Free weights primarily and machines to accent workouts without question if your goal is to have the physic of a bodybuilder. example:   You Bench press a barbell or DB  and do some pec dec(machine)  You do squats then the leg press machine and extensions, curl machines.
those are a few examples of my thinking.


----------



## kdwa1 (Oct 12, 2003)

I mix it up and use everything but am more focused on free weights.I love cables and pull downs and feel that leg machines are safer than squats for legs if you have lower back problems.Heavy free weights can be dangerous so some machines provide a degree of safety.


----------



## oaktownboy (Oct 12, 2003)

> _*Originally posted by firestorm *_
> Free weights primarily and machines to accent workouts without question if your goal is to have the physic of a bodybuilder. example:   You Bench press a barbell or DB  and do some pec dec(machine)  You do squats then the leg press machine and extensions, curl machines.
> those are a few examples of my thinking.


----------



## Monolith (Oct 12, 2003)

> _*Originally posted by Mudge *_
> Oops, I use a front squat machine for standing calf raises



Hey, thats a great idea.  I've been having trouble recently using the standing calf raise - the amount of plates i use prevents the machine from extending fully.

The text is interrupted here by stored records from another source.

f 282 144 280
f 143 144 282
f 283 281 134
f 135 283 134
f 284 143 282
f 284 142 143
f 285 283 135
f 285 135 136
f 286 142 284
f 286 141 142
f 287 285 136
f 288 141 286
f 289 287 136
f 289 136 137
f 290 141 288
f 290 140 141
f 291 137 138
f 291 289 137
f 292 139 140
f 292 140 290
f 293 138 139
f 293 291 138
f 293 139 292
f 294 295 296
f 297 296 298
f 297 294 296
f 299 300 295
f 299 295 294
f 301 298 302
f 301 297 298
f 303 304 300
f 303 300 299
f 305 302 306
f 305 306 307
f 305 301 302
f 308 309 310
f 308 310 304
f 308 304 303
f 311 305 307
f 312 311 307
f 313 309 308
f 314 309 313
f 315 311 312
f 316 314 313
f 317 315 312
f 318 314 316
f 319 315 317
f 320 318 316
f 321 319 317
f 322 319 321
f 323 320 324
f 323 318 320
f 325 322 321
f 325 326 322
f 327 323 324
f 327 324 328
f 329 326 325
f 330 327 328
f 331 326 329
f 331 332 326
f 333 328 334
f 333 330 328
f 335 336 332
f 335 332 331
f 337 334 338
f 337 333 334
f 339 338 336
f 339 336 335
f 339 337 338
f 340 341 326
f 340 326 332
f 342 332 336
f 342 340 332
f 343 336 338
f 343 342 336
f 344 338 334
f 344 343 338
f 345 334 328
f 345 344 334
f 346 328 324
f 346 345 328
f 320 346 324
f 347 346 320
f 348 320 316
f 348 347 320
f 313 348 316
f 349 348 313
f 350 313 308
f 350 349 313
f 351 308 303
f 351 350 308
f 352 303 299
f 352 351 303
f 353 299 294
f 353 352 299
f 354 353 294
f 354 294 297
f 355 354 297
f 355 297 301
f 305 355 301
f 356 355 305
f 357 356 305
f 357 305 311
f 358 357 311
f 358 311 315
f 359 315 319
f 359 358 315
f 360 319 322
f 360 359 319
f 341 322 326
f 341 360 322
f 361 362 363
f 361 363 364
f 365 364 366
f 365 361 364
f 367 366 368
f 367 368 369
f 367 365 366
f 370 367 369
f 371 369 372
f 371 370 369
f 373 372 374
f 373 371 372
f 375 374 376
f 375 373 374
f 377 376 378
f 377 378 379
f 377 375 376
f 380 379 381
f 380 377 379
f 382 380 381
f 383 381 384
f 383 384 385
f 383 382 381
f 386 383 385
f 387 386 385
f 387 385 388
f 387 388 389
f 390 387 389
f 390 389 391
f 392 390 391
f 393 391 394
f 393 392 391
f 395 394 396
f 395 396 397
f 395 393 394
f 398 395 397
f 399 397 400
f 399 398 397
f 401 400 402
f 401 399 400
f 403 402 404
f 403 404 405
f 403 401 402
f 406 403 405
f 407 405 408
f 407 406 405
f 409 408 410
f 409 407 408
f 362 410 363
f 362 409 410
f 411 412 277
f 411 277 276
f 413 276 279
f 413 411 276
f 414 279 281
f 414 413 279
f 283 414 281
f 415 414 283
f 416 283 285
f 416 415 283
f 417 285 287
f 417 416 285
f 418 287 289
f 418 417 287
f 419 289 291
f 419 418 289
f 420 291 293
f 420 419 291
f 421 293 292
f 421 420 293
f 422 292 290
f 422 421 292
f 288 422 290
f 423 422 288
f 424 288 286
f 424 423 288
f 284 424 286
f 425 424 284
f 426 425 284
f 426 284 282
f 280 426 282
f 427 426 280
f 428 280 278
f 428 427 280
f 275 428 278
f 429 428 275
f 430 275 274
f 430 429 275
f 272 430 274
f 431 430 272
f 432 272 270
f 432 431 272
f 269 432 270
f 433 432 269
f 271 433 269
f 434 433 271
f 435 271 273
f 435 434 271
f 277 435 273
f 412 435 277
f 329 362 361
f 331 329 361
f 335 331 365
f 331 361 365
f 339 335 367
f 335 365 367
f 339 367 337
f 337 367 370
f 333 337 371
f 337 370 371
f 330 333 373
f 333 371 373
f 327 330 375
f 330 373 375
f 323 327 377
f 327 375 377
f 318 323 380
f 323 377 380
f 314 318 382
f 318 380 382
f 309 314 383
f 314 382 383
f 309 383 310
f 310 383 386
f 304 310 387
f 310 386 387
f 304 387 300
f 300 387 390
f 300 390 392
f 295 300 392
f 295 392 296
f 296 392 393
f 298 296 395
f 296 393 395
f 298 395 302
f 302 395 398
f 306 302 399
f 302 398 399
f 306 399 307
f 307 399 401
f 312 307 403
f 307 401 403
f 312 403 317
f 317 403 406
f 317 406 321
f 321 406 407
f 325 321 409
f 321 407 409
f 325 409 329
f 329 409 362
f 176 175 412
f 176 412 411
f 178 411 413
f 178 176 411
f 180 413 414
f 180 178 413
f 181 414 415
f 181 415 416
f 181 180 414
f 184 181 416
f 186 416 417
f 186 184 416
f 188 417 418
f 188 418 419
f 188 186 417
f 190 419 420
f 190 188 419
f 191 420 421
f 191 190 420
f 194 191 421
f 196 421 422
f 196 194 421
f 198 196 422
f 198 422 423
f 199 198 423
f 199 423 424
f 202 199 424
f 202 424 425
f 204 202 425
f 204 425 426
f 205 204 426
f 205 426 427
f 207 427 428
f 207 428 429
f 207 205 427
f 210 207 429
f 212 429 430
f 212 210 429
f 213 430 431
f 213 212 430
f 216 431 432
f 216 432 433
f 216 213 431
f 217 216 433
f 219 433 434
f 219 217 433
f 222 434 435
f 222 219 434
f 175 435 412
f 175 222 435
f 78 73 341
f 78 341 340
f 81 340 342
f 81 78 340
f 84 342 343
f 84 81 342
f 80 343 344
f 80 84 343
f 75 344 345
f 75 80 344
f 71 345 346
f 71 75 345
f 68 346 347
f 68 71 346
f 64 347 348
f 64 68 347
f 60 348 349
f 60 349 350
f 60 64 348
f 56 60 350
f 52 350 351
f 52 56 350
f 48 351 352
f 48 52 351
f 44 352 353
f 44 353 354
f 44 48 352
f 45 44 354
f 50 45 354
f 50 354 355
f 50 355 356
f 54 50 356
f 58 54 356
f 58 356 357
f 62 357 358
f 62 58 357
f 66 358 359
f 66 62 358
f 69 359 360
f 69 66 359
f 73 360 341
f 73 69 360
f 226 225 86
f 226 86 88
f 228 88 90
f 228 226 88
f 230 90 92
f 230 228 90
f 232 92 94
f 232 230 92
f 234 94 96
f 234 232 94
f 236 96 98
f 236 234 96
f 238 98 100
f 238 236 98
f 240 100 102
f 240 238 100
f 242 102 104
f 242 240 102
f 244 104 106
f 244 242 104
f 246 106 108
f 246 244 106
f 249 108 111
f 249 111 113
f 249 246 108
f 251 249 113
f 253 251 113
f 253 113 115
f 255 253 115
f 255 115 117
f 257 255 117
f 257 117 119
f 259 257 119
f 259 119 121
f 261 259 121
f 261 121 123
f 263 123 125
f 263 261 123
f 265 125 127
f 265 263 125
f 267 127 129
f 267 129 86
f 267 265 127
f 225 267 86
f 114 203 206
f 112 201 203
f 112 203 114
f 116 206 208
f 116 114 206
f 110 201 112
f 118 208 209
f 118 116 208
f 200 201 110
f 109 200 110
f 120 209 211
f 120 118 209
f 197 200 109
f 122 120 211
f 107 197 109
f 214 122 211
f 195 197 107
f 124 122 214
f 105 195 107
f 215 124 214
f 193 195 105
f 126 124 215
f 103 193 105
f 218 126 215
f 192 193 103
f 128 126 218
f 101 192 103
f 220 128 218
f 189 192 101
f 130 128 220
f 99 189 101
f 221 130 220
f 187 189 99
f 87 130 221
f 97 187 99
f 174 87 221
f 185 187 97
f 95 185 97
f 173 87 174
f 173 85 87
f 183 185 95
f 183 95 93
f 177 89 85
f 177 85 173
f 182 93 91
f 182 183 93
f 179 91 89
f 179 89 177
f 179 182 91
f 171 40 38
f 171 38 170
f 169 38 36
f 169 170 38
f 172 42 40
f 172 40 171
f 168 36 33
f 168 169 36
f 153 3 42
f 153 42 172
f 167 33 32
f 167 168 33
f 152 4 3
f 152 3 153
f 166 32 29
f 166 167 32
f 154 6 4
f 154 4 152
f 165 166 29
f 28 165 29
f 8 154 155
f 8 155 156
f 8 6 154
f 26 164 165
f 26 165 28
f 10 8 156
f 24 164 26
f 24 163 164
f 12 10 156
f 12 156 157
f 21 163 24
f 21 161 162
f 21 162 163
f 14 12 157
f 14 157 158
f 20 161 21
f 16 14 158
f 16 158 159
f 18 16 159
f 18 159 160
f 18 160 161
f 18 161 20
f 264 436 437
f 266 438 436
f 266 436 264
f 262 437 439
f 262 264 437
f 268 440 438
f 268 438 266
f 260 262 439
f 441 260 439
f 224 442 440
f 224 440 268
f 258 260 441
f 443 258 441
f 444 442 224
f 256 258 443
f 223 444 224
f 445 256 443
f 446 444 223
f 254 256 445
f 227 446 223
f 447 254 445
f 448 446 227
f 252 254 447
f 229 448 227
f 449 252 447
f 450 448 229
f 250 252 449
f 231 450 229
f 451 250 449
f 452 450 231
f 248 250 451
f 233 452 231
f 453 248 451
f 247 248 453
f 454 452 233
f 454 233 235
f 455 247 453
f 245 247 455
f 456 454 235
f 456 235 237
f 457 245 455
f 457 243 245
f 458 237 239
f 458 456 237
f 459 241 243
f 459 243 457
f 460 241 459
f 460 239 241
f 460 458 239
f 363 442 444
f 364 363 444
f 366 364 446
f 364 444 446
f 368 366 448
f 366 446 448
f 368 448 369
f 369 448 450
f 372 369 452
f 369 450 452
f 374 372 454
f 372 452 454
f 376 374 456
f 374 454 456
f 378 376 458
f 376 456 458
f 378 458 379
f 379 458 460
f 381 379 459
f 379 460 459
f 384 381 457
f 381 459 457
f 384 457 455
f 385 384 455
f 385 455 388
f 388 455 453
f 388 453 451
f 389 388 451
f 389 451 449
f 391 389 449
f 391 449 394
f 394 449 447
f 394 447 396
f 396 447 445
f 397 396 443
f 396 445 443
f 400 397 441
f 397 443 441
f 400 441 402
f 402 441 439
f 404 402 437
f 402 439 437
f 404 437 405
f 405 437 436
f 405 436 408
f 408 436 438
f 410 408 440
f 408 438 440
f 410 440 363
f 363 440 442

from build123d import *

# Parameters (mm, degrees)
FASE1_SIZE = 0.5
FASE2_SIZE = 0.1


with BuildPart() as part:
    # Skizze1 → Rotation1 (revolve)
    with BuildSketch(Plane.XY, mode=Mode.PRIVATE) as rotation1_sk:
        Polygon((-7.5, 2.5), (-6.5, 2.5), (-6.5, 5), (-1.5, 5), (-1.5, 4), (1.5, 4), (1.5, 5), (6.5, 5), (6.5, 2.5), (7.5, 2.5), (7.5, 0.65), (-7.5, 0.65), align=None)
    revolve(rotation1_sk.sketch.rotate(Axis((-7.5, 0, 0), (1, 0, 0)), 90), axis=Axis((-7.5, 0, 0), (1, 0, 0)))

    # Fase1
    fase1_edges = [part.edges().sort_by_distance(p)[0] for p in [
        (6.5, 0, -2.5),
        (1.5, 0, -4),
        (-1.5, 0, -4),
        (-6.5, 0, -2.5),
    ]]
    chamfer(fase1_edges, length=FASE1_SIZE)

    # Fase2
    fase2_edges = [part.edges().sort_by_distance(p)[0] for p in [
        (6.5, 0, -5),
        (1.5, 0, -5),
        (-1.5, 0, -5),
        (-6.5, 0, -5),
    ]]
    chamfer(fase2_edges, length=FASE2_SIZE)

Do you typically use more weight when training calves on that machine?  I'm gonna give it a try next week.


----------



## Mudge (Oct 12, 2003)

Compared to a normal calf raise heck yes, I can hardly stay standing on the normal calf raise machine because the sandpaper is worn off. I dont use but a couple hundred pounds on that, and on the front squat machine I use 6-7 plates a side, I shoot for around 15 reps. The base plate on that thing keeps my feet planted for at least the first 10 reps, the one at my gym is rubber coated.


----------



## swordfish (Oct 12, 2003)

95% of my training is free weights. the only exercises that i can think of that are not is leg press, and tricep pushdowns.


----------



## JerseyDevil (Oct 12, 2003)

I stick with free weights almost exclusively.  Like others have said, pushdowns, pulldowns, and I would add seated pulley rows, are useful.  

Some of the Hammer Strength stuff is pretty decent too. My gym has a good selection of Hammer Strength equipment, and although I use them occasionally, I always go back to free weights. 

It's easy to compare the effectiveness of free weights vs machines.  Let's say you are well trained on both squats and leg presses.  Try doing leg presses exclusively for 6 weeks or so, then go back to your normal squat routine. I seriously doubt you'll be able to hang.  Now try it the other way around.  If you worked hard on your squats, you'll probably find your leg press has gone up, even with the 6 week layoff.  Same deal comparing barbell bench press with Hammer Strength Bench machine.


----------



## oaktownboy (Oct 12, 2003)

i use bb and db...and at the end of the muscle group I'll throw in a machine....but if we are talking back u gotta have pulldowns..i do pulley seated row..pushdowns for tris is a must...


----------